Assad Blinks
By DICK MORRIS
Published on
DickMorris.com on September 10, 2013
Russian dictator Vladimir Putin would never have proposed a compromise
plan to put Syrian chemical weapons under UN control unless he had
cleared it with Syrian dictator Bashar al-Assad. Inevitably, now, Syria
will accept some variation of this offer. It's an offer they can't
refuse. You can't turn down an offer from your only friend in the world
and live to tell about it. It is, after all, only a Russian veto that
stops the UN from intervening with a broad international coalition of
forces.
Assad likely agreed to the Putin plan because he knows that he can't use
gas now. The furor that has been ignited by the use of gas in the past
has brought the US to the verge of intervention. He well knows that if
he used gas now, all hell would break loose. There would be no debate.
The bombs would fly.
Can we believe Assad if he agrees to Putin's plan? We really have to
give it a try. If Assad accepts Putin's offer, we can't attack as it is
being implemented. This is not a nuclear confrontation.
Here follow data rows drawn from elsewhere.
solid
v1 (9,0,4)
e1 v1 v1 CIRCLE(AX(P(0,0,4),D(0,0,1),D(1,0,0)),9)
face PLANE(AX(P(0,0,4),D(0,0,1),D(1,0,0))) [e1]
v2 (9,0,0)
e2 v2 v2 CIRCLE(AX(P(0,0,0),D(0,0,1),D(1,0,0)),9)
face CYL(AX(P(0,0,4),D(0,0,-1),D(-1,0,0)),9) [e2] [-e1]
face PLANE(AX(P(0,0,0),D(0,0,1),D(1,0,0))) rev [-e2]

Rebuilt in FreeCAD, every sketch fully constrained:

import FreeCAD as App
import Part
import Sketcher
Q = App.Units.Quantity

doc = App.newDocument("Part")
body = doc.addObject("PartDesign::Body", "Body")

# Sketch on XY plane
sketch1 = body.newObject("Sketcher::SketchObject", "Sketch")
sketch1.AttachmentSupport = (doc.getObject("XY_Plane"), [""])
sketch1.MapMode = "FlatFace"
sketch1.addGeometry(Part.Circle(App.Vector(0, 0, 0), App.Vector(0, 0, 1), 9), False)
sketch1.addConstraint(Sketcher.Constraint("Coincident", 0, 3, -1, 1))
sketch1.addConstraint(Sketcher.Constraint("Diameter", 0, Q("18 mm")))
pad1 = body.newObject("PartDesign::Pad", "Pad")
pad1.Profile = sketch1
pad1.Length = 4

doc.recompute()
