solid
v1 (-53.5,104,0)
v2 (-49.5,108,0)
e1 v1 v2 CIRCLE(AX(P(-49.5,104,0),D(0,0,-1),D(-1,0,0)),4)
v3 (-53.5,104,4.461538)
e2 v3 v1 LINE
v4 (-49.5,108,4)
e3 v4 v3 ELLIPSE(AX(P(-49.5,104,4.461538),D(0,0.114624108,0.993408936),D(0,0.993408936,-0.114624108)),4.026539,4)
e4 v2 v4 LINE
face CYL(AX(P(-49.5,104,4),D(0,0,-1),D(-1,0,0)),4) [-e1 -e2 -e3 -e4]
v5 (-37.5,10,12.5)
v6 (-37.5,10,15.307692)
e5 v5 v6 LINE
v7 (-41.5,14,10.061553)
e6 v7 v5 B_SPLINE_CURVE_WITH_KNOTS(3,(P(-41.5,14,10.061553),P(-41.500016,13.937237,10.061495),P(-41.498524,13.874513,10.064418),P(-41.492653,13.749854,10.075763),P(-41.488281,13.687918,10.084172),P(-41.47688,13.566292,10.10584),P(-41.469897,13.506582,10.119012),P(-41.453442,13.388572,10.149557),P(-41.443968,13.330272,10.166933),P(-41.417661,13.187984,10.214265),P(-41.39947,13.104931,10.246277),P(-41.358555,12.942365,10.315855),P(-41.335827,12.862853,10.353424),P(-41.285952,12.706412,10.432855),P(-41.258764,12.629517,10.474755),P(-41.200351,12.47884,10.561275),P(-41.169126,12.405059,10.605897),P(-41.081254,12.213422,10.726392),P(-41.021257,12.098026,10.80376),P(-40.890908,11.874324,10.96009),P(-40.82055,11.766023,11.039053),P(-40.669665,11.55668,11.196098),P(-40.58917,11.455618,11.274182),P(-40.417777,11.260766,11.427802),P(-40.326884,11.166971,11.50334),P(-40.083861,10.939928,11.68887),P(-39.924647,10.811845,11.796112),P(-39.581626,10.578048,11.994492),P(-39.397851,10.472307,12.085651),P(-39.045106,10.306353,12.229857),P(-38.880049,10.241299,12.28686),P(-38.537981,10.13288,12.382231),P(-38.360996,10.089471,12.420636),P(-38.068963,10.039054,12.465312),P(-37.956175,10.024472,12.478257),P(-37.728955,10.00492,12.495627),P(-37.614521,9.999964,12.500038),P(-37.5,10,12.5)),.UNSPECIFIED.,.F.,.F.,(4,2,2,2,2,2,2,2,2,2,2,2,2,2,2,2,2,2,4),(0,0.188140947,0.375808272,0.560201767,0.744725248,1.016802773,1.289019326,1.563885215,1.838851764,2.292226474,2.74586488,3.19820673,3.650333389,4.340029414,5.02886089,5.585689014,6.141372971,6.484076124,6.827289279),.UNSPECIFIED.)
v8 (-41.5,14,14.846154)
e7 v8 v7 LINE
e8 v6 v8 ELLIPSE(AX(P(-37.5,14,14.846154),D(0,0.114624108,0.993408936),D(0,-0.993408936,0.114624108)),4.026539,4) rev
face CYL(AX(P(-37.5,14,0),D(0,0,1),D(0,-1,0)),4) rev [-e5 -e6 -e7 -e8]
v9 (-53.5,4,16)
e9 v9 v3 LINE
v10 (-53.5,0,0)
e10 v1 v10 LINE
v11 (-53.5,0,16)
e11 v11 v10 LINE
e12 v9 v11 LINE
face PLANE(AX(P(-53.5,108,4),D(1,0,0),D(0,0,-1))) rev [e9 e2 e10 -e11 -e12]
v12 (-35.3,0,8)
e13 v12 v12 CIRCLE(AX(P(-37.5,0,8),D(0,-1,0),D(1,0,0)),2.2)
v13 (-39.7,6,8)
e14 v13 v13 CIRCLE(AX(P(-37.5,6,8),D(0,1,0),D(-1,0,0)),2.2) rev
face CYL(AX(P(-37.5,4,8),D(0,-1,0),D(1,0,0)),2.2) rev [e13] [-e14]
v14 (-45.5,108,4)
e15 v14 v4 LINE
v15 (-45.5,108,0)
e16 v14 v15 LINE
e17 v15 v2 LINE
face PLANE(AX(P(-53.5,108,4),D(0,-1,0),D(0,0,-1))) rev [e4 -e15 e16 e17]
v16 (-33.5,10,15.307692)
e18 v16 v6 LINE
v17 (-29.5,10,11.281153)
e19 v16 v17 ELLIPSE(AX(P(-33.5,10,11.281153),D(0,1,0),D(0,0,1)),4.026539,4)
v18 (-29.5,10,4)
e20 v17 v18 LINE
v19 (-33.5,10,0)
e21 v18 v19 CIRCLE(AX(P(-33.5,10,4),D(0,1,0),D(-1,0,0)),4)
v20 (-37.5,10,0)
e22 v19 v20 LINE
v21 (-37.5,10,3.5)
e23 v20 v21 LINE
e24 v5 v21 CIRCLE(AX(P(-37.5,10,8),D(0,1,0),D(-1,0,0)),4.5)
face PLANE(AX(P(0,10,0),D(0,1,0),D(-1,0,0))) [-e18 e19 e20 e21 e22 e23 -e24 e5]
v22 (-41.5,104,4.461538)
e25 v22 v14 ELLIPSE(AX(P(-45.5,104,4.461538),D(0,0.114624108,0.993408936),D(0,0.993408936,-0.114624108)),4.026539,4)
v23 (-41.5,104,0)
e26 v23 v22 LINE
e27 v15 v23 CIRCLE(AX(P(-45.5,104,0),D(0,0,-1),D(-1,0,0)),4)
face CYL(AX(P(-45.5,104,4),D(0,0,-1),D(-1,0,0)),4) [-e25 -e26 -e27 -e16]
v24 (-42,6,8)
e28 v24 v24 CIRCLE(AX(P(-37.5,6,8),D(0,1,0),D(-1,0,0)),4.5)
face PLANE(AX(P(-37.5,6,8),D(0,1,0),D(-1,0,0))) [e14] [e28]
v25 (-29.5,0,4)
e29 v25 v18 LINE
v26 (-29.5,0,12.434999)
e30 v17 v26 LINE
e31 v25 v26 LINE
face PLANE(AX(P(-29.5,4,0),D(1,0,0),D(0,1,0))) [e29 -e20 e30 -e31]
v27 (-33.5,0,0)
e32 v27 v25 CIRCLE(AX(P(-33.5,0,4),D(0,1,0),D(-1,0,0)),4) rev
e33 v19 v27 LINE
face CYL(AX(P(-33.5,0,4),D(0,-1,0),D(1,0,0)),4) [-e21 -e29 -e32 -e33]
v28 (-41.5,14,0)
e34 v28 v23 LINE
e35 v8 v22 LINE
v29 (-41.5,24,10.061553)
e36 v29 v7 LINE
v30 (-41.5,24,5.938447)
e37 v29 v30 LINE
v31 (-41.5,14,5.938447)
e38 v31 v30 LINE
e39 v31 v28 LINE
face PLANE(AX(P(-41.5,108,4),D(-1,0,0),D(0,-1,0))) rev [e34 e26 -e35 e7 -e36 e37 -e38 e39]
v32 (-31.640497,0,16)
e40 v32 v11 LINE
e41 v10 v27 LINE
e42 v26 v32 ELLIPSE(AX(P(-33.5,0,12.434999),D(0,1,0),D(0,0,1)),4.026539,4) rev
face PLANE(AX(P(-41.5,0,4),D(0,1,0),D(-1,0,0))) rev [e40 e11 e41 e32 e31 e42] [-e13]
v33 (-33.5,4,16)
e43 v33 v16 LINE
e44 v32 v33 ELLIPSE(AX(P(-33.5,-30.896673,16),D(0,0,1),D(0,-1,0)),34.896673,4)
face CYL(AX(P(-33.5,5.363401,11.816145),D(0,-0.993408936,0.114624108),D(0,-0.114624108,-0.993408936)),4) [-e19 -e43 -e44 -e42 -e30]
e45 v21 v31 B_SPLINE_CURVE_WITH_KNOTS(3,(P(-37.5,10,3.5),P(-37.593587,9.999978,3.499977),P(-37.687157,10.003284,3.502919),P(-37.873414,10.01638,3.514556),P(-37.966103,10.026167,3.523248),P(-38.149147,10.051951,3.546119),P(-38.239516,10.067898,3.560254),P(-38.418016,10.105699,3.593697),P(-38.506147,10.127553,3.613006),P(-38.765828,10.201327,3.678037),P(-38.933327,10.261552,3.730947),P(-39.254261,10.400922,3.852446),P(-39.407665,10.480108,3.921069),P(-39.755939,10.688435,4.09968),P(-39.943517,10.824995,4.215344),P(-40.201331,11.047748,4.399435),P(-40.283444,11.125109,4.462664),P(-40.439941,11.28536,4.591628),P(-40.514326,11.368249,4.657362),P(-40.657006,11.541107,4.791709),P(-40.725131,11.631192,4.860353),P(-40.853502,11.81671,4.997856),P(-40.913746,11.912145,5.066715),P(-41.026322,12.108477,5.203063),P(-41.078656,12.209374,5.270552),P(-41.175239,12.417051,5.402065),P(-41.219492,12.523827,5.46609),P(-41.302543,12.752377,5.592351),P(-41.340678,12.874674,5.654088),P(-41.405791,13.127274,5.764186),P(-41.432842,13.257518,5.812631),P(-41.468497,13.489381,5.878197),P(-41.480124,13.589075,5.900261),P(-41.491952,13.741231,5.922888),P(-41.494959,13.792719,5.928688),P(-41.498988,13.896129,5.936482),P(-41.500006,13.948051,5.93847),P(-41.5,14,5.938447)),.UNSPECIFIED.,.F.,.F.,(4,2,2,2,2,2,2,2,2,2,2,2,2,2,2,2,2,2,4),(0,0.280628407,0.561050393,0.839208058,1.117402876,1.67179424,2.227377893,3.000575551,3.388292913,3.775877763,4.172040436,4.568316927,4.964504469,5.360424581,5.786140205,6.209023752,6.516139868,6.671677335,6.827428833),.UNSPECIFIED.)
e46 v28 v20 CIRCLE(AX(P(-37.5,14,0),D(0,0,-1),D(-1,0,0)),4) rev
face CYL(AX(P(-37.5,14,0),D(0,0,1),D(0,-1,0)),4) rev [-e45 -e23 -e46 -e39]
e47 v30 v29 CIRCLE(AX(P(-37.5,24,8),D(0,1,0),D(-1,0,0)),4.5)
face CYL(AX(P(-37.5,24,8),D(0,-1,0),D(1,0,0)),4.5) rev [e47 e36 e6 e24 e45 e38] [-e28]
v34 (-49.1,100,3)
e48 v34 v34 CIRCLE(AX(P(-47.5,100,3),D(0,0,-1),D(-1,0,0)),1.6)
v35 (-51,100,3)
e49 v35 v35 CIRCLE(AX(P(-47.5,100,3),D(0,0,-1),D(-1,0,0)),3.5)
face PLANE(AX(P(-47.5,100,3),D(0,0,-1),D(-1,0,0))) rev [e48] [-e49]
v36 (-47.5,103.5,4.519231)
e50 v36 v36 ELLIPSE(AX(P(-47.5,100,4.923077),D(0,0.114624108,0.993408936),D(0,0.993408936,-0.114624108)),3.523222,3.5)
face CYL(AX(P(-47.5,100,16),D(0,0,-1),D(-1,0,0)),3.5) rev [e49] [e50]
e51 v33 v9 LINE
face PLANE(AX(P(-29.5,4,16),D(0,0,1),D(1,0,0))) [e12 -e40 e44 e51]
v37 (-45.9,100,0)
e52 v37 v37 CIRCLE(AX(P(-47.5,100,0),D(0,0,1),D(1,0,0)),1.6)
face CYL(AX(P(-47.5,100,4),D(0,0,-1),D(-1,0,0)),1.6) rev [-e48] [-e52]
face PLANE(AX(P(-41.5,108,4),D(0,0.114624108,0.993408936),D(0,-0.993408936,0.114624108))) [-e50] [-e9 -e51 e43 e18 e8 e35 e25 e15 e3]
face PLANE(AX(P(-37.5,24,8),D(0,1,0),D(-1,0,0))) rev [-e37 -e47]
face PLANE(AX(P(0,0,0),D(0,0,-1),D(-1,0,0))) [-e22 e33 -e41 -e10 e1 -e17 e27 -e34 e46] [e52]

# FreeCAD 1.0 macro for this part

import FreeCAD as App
import Part
import Sketcher
Q = App.Units.Quantity


def edges_at(feature, points):
    """Names of the edges that pass closest to the given points."""
    edges = feature.Shape.Edges
    near = lambda p: min(range(len(edges)), key=lambda i: edges[i].distToShape(Part.Vertex(*p))[0])
    return sorted({f"Edge{near(p) + 1}" for p in points})


def add_polygon(sketch, points):
    """Adds a closed chain of lines whose ends are joined by coincident constraints."""
    first, n = sketch.GeometryCount, len(points)
    for a, b in zip(points, points[1:] + points[:1]):
        sketch.addGeometry(Part.LineSegment(App.Vector(*a, 0), App.Vector(*b, 0)), False)
    for i in range(n):
        sketch.addConstraint(Sketcher.Constraint("Coincident", first + i, 2, first + (i + 1) % n, 1))

doc = App.newDocument("Part")
params = doc.addObject("Spreadsheet::Sheet", "Params")
for row, (alias, value) in enumerate([
    ("sketch1_diameter", "3.2 mm"),
    ("sketch1_width", "12 mm"),
    ("sketch1_height", "108 mm"),
    ("pad1_length", "4 mm"),
    ("sketch2_diameter", "4.4 mm"),
    ("sketch2_width", "12 mm"),
    ("sketch2_height", "16 mm"),
    ("pad2_length", "4 mm"),
    ("sketch3_width", "104 mm"),
    ("sketch3_height", "12 mm"),
    ("pad3_length", "12 mm"),
    ("sketch4_diameter", "4.4 mm"),
    ("sketch4_width", "12 mm"),
    ("sketch4_height", "16 mm"),
    ("pad4_length", "6 mm"),
    ("sketch5_width", "6 mm"),
    ("sketch6_diameter", "9 mm"),
    ("pocket2_length", "14 mm"),
    ("sketch7_diameter", "9 mm"),
    ("pocket3_length", "4 mm"),
    ("sketch8_diameter", "3.2 mm"),
    ("sketch9_diameter", "7 mm"),
    ("fillet_radius", "4 mm"),
    ("fillet2_radius", "4 mm"),
    ("fillet3_radius", "4 mm"),
], start=1):
    params.set(f"A{row}", alias)
    params.set(f"B{row}", "=" + value)
    params.setAlias(f"B{row}", alias)

body = doc.addObject("PartDesign::Body", "Body")

# Sketch on XY plane
sketch1 = doc.addObject("Sketcher::SketchObject", "Sketch")
body.addObject(sketch1)
sketch1.AttachmentSupport = (doc.XY_Plane, [""])
sketch1.MapMode = "FlatFace"
add_polygon(sketch1, [(-53.5, 108), (-53.5, 0), (-41.5, 0), (-41.5, 108)])  # lines 0-3
sketch1.addGeometry(Part.Circle(App.Vector(-47.5, 100, 0), App.Vector(0, 0, 1), 1.6), False)  # 4
sketch1.addConstraint([
    Sketcher.Constraint("Vertical", 0),
    Sketcher.Constraint("Horizontal", 1),
    Sketcher.Constraint("Vertical", 2),
    Sketcher.Constraint("Horizontal", 3),
    Sketcher.Constraint("PointOnObject", 0, 2, -1),
    Sketcher.Constraint("Diameter", 4, Q("3.2 mm")),
    Sketcher.Constraint("DistanceX", 1, 1, 1, 2, Q("12 mm")),
    Sketcher.Constraint("DistanceY", 0, 2, 0, 1, Q("108 mm")),
    Sketcher.Constraint("DistanceY", -1, 1, 4, 3, Q("100 mm")),
    Sketcher.Constraint("DistanceX", 0, 2, 4, 3, Q("6 mm")),
    Sketcher.Constraint("DistanceX", 4, 3, -1, 1, Q("47.5 mm")),
])
sketch1.setExpression("Constraints[9]", "Params.sketch1_diameter")
sketch1.setExpression("Constraints[10]", "Params.sketch1_width")
sketch1.setExpression("Constraints[11]", "Params.sketch1_height")
pad1 = doc.addObject("PartDesign::Pad", "Pad")
body.addObject(pad1)
pad1.Profile = sketch1
pad1.setExpression("Length", "Params.pad1_length")

# Sketch on XZ plane
sketch2 = doc.addObject("Sketcher::SketchObject", "Sketch001")
body.addObject(sketch2)
sketch2.AttachmentSupport = (doc.XZ_Plane, [""])
sketch2.MapMode = "FlatFace"
add_polygon(sketch2, [(-41.5, 0), (-29.5, 0), (-29.5, 16), (-53.5, 16), (-53.5, 4), (-41.5, 4)])  # lines 0-5
sketch2.addGeometry(Part.Circle(App.Vector(-37.5, 8, 0), App.Vector(0, 0, 1), 2.2), False)  # 6
sketch2.addConstraint([
    Sketcher.Constraint("Horizontal", 0),
    Sketcher.Constraint("Vertical", 1),
    Sketcher.Constraint("Horizontal", 2),
    Sketcher.Constraint("Vertical", 3),
    Sketcher.Constraint("Horizontal", 4),
    Sketcher.Constraint("Vertical", 5),
    Sketcher.Constraint("PointOnObject", 0, 2, -1),
    Sketcher.Constraint("Equal", 0, 4),
    Sketcher.Constraint("Equal", 4, 3),
    Sketcher.Constraint("Diameter", 6, Q("4.4 mm")),
    Sketcher.Constraint("DistanceX", 0, 1, 0, 2, Q("12 mm")),
    Sketcher.Constraint("DistanceY", 1, 1, 1, 2, Q("16 mm")),
    Sketcher.Constraint("DistanceY", -1, 1, 6, 3, Q("8 mm")),
    Sketcher.Constraint("DistanceX", 6, 3, 0, 2, Q("8 mm")),
    Sketcher.Constraint("DistanceX", 6, 3, -1, 1, Q("37.5 mm")),
])
sketch2.setExpression("Constraints[15]", "Params.sketch2_diameter")
sketch2.setExpression("Constraints[16]", "Params.sketch2_width")
sketch2.setExpression("Constraints[17]", "Params.sketch2_height")
pad2 = doc.addObject("PartDesign::Pad", "Pad001")
body.addObject(pad2)
pad2.Profile = sketch2
pad2.setExpression("Length", "Params.pad2_length")
pad2.Reversed = True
Reagan's
formulation of "trust but verify" applied when trusting naively could
lead to a nuclear war. In this case, if Assad doesn't surrender all his
chemical weapons, he'll get away with it as long as he doesn't use any.
If he uses them, then he can expect an immediate and overwhelming global
response that will force him out of power.
Politically, Putin's offer has let Obama off the hook. He was
going to lose in Congress and might never have recovered from the
defeat. Now, he can claim a victory since Assad has foresworn the
use of gas and set up a mechanism to assure that he gives the weapons
up. He can say that it was his credible threat of military action
that caused Assad to blink and that he succeeded in vindicating the
principle of no-WMDs.
So where does this leave Congress? Congressional leaders would be
foolish to ask their members to cast a hypothetical vote hinged on
whether Assad accepts the proposal. Some will urge Congress to
vote anyway to strengthen Obama's hand in the negotiations, but the
House Republicans will be wary of any resolution that might be used for
a strike should talks fail.
In a sense, Putin's offer changes the nature of the charges against
Assad. It immediately morphs the debate from one over whether to
punish the Syrian dictator for using poison gas to one about whether to
trust that he won't use it again. The debate is no longer about
punishment for the past, but about accountability in the future.
What if Assad says yes and then doesn't do anything? We should not
draw another red line around the inspection process. While we did
attack Saddam for each violation of the UN resolutions, we had
previously taken out his anti-aircraft defenses so we could attack with
impunity. In Syria we would have to start from scratch and
probably wouldn't do so. But we should draw -- and the UN should
draw-- a new red line making clear that if Assad uses gas again that we
will attack. And this time, we'd mean it.